Disclosure Annex definition

Disclosure Annex means Annex V to this Agreement; provided, however, that the Disclosure Annex shall be arranged in sections corresponding to the identified Sections of this Agreement, but the disclosure in any such section of the Disclosure Annex shall qualify other provisions in this Agreement to the extent that it would be readily apparent to an informed reader from a reading of such section of the Disclosure Annex that it is also relevant to other provisions of this Agreement.
Disclosure Annex shall have the meaning set forth in Section 2.11 hereof.

Examples of Disclosure Annex in a sentence

  • If any such securities are listed on the Disclosure Annex, the number or amount of each such outstanding convertible security and the conversion terms are set forth in said Disclosure Annex.

  • The Company has delivered the Disclosure Schedule and, if applicable, the Disclosure Update to Treasury and the information contained in the Disclosure Annex C (General Terms and Conditions) Schedule, as modified by the information contained in the Disclosure Update, if applicable, is true, complete and correct.

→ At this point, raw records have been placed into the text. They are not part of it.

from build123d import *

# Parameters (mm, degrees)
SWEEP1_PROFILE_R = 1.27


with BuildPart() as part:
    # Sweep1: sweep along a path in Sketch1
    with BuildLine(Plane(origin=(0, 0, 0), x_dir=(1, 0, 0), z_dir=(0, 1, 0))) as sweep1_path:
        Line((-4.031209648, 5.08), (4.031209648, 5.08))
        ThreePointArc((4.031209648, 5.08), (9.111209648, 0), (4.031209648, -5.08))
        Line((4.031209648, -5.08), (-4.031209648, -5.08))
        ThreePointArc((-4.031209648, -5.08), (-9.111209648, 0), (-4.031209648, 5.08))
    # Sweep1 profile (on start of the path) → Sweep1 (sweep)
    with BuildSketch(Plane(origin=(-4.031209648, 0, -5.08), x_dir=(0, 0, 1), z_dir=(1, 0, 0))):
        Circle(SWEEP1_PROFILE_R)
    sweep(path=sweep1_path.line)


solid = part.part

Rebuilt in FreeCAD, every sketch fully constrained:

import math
import FreeCAD as App
import Part
import Sketcher
Q = App.Units.Quantity

doc = App.newDocument("Part")
body = doc.addObject("PartDesign::Body", "Body")

# Sketch on YZ plane
sketch1 = body.newObject("Sketcher::SketchObject", "Sketch")
sketch1.AttachmentSupport = (doc.getObject("YZ_Plane"), [""])
sketch1.MapMode = "FlatFace"
sketch1.AttachmentOffset = App.Placement(App.Vector(0, 0, -4.03121), App.Rotation())
sketch1.addGeometry(Part.Circle(App.Vector(0, -5.1, 0), App.Vector(0, 0, 1), 1.3), False)
sketch1.addConstraint([
    Sketcher.Constraint("PointOnObject", 0, 3, -2),
    Sketcher.Constraint("Diameter", 0, Q("0.1 in")),
    Sketcher.Constraint("DistanceY", 0, 3, -1, 1, Q("0.2 in")),
])

# Sketch on XZ plane
sketch2 = body.newObject("Sketcher::SketchObject", "Sketch001")
sketch2.AttachmentSupport = (doc.getObject("XZ_Plane"), [""])
sketch2.MapMode = "FlatFace"
sketch2.addGeometry([
    Part.LineSegment(App.Vector(-4, -5, 0), App.Vector(4, -5, 0)),
    Part.ArcOfCircle(Part.Circle(App.Vector(4, 0, 0), App.Vector(0, 0, 1), 5), math.radians(-90), math.radians(90)),
    Part.LineSegment(App.Vector(4, 5, 0), App.Vector(-4, 5, 0)),
    Part.ArcOfCircle(Part.Circle(App.Vector(-4, 0, 0), App.Vector(0, 0, 1), 5), math.radians(90), math.radians(270)),
], False)
sketch2.addConstraint([
    Sketcher.Constraint("Tangent", 0, 2, 1, 1),
    Sketcher.Constraint("Tangent", 1, 2, 2, 1),
    Sketcher.Constraint("Tangent", 2, 2, 3, 1),
    Sketcher.Constraint("Tangent", 3, 2, 0, 1),
    Sketcher.Constraint("Horizontal", 0),
    Sketcher.Constraint("Horizontal", 2),
    Sketcher.Constraint("Symmetric", 1, 3, 3, 3, -1, 1),
    Sketcher.Constraint("Radius", 1, Q("0.2 in")),
    Sketcher.Constraint("DistanceX", 0, 1, 0, 2, 8.062419),
])
doc.recompute()

additivepipe = body.newObject("PartDesign::AdditivePipe", "AdditivePipe")
additivepipe.Profile = sketch1
additivepipe.Spine = (sketch2, ["Edge1", "Edge2", "Edge3", "Edge4"])

doc.recompute()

  • Except as set forth in the Disclosure Annex, no Person has, and as of the Closing Date, no Person shall have, any demand, “piggy-back” or other rights to cause the Company to file any registration statement under the 1933 Act relating to any of its securities or to participate in any such registration statement.

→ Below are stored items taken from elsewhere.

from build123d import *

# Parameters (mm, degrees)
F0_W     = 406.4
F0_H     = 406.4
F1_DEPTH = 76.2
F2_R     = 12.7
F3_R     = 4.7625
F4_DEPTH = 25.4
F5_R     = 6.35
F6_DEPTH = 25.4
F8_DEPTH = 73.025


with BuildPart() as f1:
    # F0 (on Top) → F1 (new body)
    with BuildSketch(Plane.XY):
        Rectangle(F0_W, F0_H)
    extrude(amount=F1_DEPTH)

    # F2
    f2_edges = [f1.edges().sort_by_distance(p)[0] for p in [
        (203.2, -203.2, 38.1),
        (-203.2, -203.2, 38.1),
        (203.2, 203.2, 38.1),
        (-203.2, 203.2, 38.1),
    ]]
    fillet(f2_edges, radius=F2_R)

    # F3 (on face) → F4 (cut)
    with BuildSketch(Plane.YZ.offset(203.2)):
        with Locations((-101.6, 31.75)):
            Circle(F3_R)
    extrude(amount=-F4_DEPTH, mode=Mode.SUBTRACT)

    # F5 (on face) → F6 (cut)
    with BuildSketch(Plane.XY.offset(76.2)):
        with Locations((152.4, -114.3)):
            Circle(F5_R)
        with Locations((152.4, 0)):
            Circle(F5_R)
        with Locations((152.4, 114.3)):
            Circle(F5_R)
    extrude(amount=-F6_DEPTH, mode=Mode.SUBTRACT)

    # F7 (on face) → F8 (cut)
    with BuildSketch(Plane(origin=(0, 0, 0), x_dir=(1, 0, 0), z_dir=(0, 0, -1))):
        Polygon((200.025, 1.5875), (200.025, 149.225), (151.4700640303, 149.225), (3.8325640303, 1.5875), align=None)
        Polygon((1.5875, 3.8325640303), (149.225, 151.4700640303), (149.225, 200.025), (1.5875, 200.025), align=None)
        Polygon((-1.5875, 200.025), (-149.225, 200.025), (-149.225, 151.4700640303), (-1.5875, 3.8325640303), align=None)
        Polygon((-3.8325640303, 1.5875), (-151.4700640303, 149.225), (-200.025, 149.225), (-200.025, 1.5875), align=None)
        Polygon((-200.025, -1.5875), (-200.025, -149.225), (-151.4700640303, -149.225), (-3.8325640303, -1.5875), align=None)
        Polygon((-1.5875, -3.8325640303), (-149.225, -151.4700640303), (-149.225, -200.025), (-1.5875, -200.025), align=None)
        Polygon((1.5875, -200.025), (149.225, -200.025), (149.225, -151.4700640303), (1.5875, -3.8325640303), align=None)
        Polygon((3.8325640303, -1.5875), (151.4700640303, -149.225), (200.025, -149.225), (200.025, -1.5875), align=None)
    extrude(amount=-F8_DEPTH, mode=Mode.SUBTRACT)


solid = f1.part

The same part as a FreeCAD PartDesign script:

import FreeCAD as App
import Part
import Sketcher
from FreeCAD import Vector
Q = App.Units.Quantity


def edges_at(feature, points):
    """Names of the edges that pass closest to the given points."""
    edges = feature.Shape.Edges
    near = lambda p: min(range(len(edges)), key=lambda i: edges[i].distToShape(Part.Vertex(*p))[0])
    return sorted({f"Edge{near(p) + 1}" for p in points})


def add_polygon(sketch, points):
    """Adds a closed chain of lines whose ends are joined by coincident constraints."""
    first, n = sketch.GeometryCount, len(points)
    for a, b in zip(points, points[1:] + points[:1]):
        sketch.addGeometry(Part.LineSegment(App.Vector(*a, 0), App.Vector(*b, 0)), False)
    for i in range(n):
        sketch.addConstraint(Sketcher.Constraint("Coincident", first + i, 2, first + (i + 1) % n, 1))

doc = App.newDocument("Part")
body = doc.addObject("PartDesign::Body", "Body")

sketch1 = body.newObject("Sketcher::SketchObject", "Sketch")
sketch1.AttachmentSupport = (doc.getObject("XY_Plane"), [""])
sketch1.MapMode = "FlatFace"
add_polygon(sketch1, [(-203, 203), (-203, -203), (203, -203), (203, 203)])
sketch1.addConstraint([
    Sketcher.Constraint("Vertical", 0),
    Sketcher.Constraint("Horizontal", 1),
    Sketcher.Constraint("Vertical", 2),
    Sketcher.Constraint("Horizontal", 3),
    Sketcher.Constraint("Symmetric", 0, 2, 2, 2, -1, 1),
    Sketcher.Constraint("Equal", 3, 0),
    Sketcher.Constraint("DistanceX", 1, 1, 1, 2, Q("16 in")),
])
pad1 = body.newObject("PartDesign::Pad", "Pad")
pad1.Profile = sketch1
pad1.Length = Q("3 in")
doc.recompute()

fillet = body.newObject("PartDesign::Fillet", "Fillet")
fillet.Base = (pad1, edges_at(pad1, [
    (203.2, -203.2, 38.1),
    (-203.2, -203.2, 38.1),
    (203.2, 203.2, 38.1),
    (-203.2, 203.2, 38.1),
]))
fillet.Radius = Q("0.5 in")

sketch2 = body.newObject("Sketcher::SketchObject", "Sketch001")
sketch2.AttachmentSupport = (doc.getObject("YZ_Plane"), [""])
sketch2.MapMode = "FlatFace"
sketch2.AttachmentOffset = App.Placement(Vector(0, 0, 8 * 25.4), App.Rotation())
sketch2.addGeometry(Part.Circle(Vector(-101.6, 31.8, 0), Vector(0, 0, 1), 4.8), False)
sketch2.addConstraint([
    Sketcher.Constraint("Diameter", 0, Q("0.375 in")),
    Sketcher.Constraint("DistanceX", 0, 3, -1, 1, Q("4 in")),
    Sketcher.Constraint("DistanceY", -1, 1, 0, 3, Q("1.25 in")),
])
pocket1 = body.newObject("PartDesign::Pocket", "Pocket")
pocket1.Profile = sketch2
pocket1.Length = Q("1 in")

sketch3 = body.newObject("Sketcher::SketchObject", "Sketch002")
sketch3.AttachmentSupport = (doc.getObject("XY_Plane"), [""])
sketch3.MapMode = "FlatFace"
sketch3.AttachmentOffset = App.Placement(Vector(0, 0, 3 * 25.4), App.Rotation())
sketch3.addGeometry([
    Part.Circle(Vector(152, -114, 0), Vector(0, 0, 1), 6),
    Part.Circle(Vector(152, 0, 0), Vector(0, 0, 1), 6),
    Part.Circle(Vector(152, 114, 0), Vector(0, 0, 1), 6),
], False)
sketch3.addConstraint([
    Sketcher.Constraint("Equal", 0, 1),
    Sketcher.Constraint("Equal", 1, 2),
    Sketcher.Constraint("Symmetric", 0, 3, 2, 3, -1),
    Sketcher.Constraint("PointOnObject", 1, 3, -1),
    Sketcher.Constraint("Vertical", 0, 3, 1, 3),
    Sketcher.Constraint("Diameter", 0, Q("0.5 in")),
    Sketcher.Constraint("DistanceX", -1, 1, 0, 3, Q("6 in")),
    Sketcher.Constraint("DistanceY", 0, 3, 2, 3, Q("9 in")),
])
pocket2 = body.newObject("PartDesign::Pocket", "Pocket001")
pocket2.Profile = sketch3
pocket2.Length = Q("1 in")

sketch4 = body.newObject("Sketcher::SketchObject", "Sketch003")
sketch4.AttachmentSupport = (doc.getObject("XY_Plane"), [""])
sketch4.MapMode = "FlatFace"
add_polygon(sketch4, [(200, -2), (200, -149), (151, -149), (4, -2)])
add_polygon(sketch4, [(2, -4), (149, -151), (149, -200), (2, -200)])
add_polygon(sketch4, [(-2, -200), (-149, -200), (-149, -151), (-2, -4)])
add_polygon(sketch4, [(-4, -2), (-151, -149), (-200, -149), (-200, -2)])
add_polygon(sketch4, [(-200, 2), (-200, 149), (-151, 149), (-4, 2)])
add_polygon(sketch4, [(-2, 4), (-149, 151), (-149, 200), (-2, 200)])
add_polygon(sketch4, [(2, 200), (149, 200), (149, 151), (2, 4)])
add_polygon(sketch4, [(4, 2), (151, 149), (200, 149), (200, 2)])
sketch4.addConstraint([
    Sketcher.Constraint("Vertical", 0),
    Sketcher.Constraint("Horizontal", 1),
    Sketcher.Constraint("Horizontal", 3),
    Sketcher.Constraint("Vertical", 5),
    Sketcher.Constraint("Horizontal", 6),
    Sketcher.Constraint("Vertical", 7),
    Sketcher.Constraint("Horizontal", 8),
    Sketcher.Constraint("Vertical", 9),
    Sketcher.Constraint("Vertical", 11),
    Sketcher.Constraint("Horizontal", 13),
    Sketcher.Constraint("Vertical", 14),
    Sketcher.Constraint("Horizontal", 15),
    Sketcher.Constraint("Vertical", 16),
    Sketcher.Constraint("Horizontal", 17),
    Sketcher.Constraint("Horizontal", 19),
    Sketcher.Constraint("Vertical", 21),
    Sketcher.Constraint("Horizontal", 22),
    Sketcher.Constraint("Vertical", 23),
    Sketcher.Constraint("Horizontal", 24),
    Sketcher.Constraint("Vertical", 25),
    Sketcher.Constraint("Vertical", 27),
    Sketcher.Constraint("Horizontal", 29),
    Sketcher.Constraint("Vertical", 30),
    Sketcher.Constraint("Horizontal", 31),
    Sketcher.Constraint("Symmetric", 0, 2, 16, 2, -1, 1),
    Sketcher.Constraint("Symmetric", 2, 2, 18, 2, -1, 1),
    Sketcher.Constraint("Symmetric", 4, 2, 20, 2, -1, 1),
    Sketcher.Constraint("Symmetric", 6, 2, 22, 2, -1, 1),
    Sketcher.Constraint("Symmetric", 8, 2, 24, 2, -1, 1),
    Sketcher.Constraint("Symmetric", 10, 2, 26, 2, -1, 1),
    Sketcher.Constraint("Symmetric", 12, 2, 28, 2, -1, 1),
    Sketcher.Constraint("Symmetric", 14, 2, 30, 2, -1, 1),
    Sketcher.Constraint("Symmetric", 5, 2, 8, 2, -2),
    Sketcher.Constraint("Symmetric", 7, 2, 10, 2, -2),
    Sketcher.Constraint("Symmetric", 1, 2, 12, 2, -2),
    Sketcher.Constraint("Symmetric", 3, 2, 14, 2, -2),
    Sketcher.Constraint("Parallel", 2, 4),
    Sketcher.Constraint("Perpendicular", 4, 10),
    Sketcher.Constraint("Parallel", 10, 12),
    Sketcher.Constraint("Perpendicular", 12, 18),
    Sketcher.Constraint("Parallel", 18, 20),
    Sketcher.Constraint("Perpendicular", 20, 26),
    Sketcher.Constraint("Parallel", 26, 28),
    Sketcher.Constraint("Horizontal", 4, 2, 9, 2),
    Sketcher.Constraint("Equal", 24, 0),
    Sketcher.Constraint("Equal", 29, 5),
    Sketcher.Constraint("DistanceX", 4, 2, 0, 2, Q("2 in")),
    Sketcher.Constraint("DistanceY", 5, 2, 1, 2, Q("2 in")),
    Sketcher.Constraint("DistanceX", 6, 2, 6, 1, Q("5.8125 in")),
    Sketcher.Constraint("DistanceX", 8, 2, 5, 2, Q("11.75 in")),
    Sketcher.Constraint("DistanceY", 0, 2, -1, 1, Q("5.875 in")),
    Sketcher.Constraint("DistanceX", 1, 2, 1, 1, Q("48.554936 mm")),
])
pocket3 = body.newObject("PartDesign::Pocket", "Pocket002")
pocket3.Profile = sketch4
pocket3.Length = Q("2.875 in")
pocket3.Reversed = True

doc.recompute()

  • Except as set forth in the SEC Documents or the Disclosure Annex, Company has filed all federal, state and local tax returns and other reports they are required by law to file and has paid all taxes, assessments, fees and other governmental charges that are due and payable.

  • Capitalized terms that are used but not defined in this Disclosure Annex shall have the meanings set forth in the Agreement.

  • Since the Last Audited Date, there has been no Material Adverse Effect, except as disclosed in the Disclosure Annex.

  • There is no fact known to the Company (other than conditions disclosed in the Disclosure Annex) that has not been disclosed in writing to the Buyer that would reasonably be expected to have or result in a Material Adverse Effect.

  • The Company represents and warrants that, except as set forth in the Disclosure Annex, no convertible debt or other equity-linked securities, including, but not limited to warrants to purchase common stock, containing any kind of anti-dilution or conversion price or exercise price reset mechanism triggered by subsequent issuance of equity-linked securities to third parties have been previously issued to any parties.

  • Except as set forth in Disclosure Annex, no event of default (or its equivalent term), as defined in the respective agreement to which the Company or its Subsidiary is a party, and no event which, with the giving of notice or the passage of time or both, would become an event of default (or its equivalent term) (as so defined in such agreement), has occurred and is continuing, which would have a Material Adverse Effect.

  • Except as disclosed on the Disclosure Annex, there are no unpaid taxes in any material amount claimed to be due by the taxing authority of any jurisdiction, and the officers of the Company know of no basis for any such claim.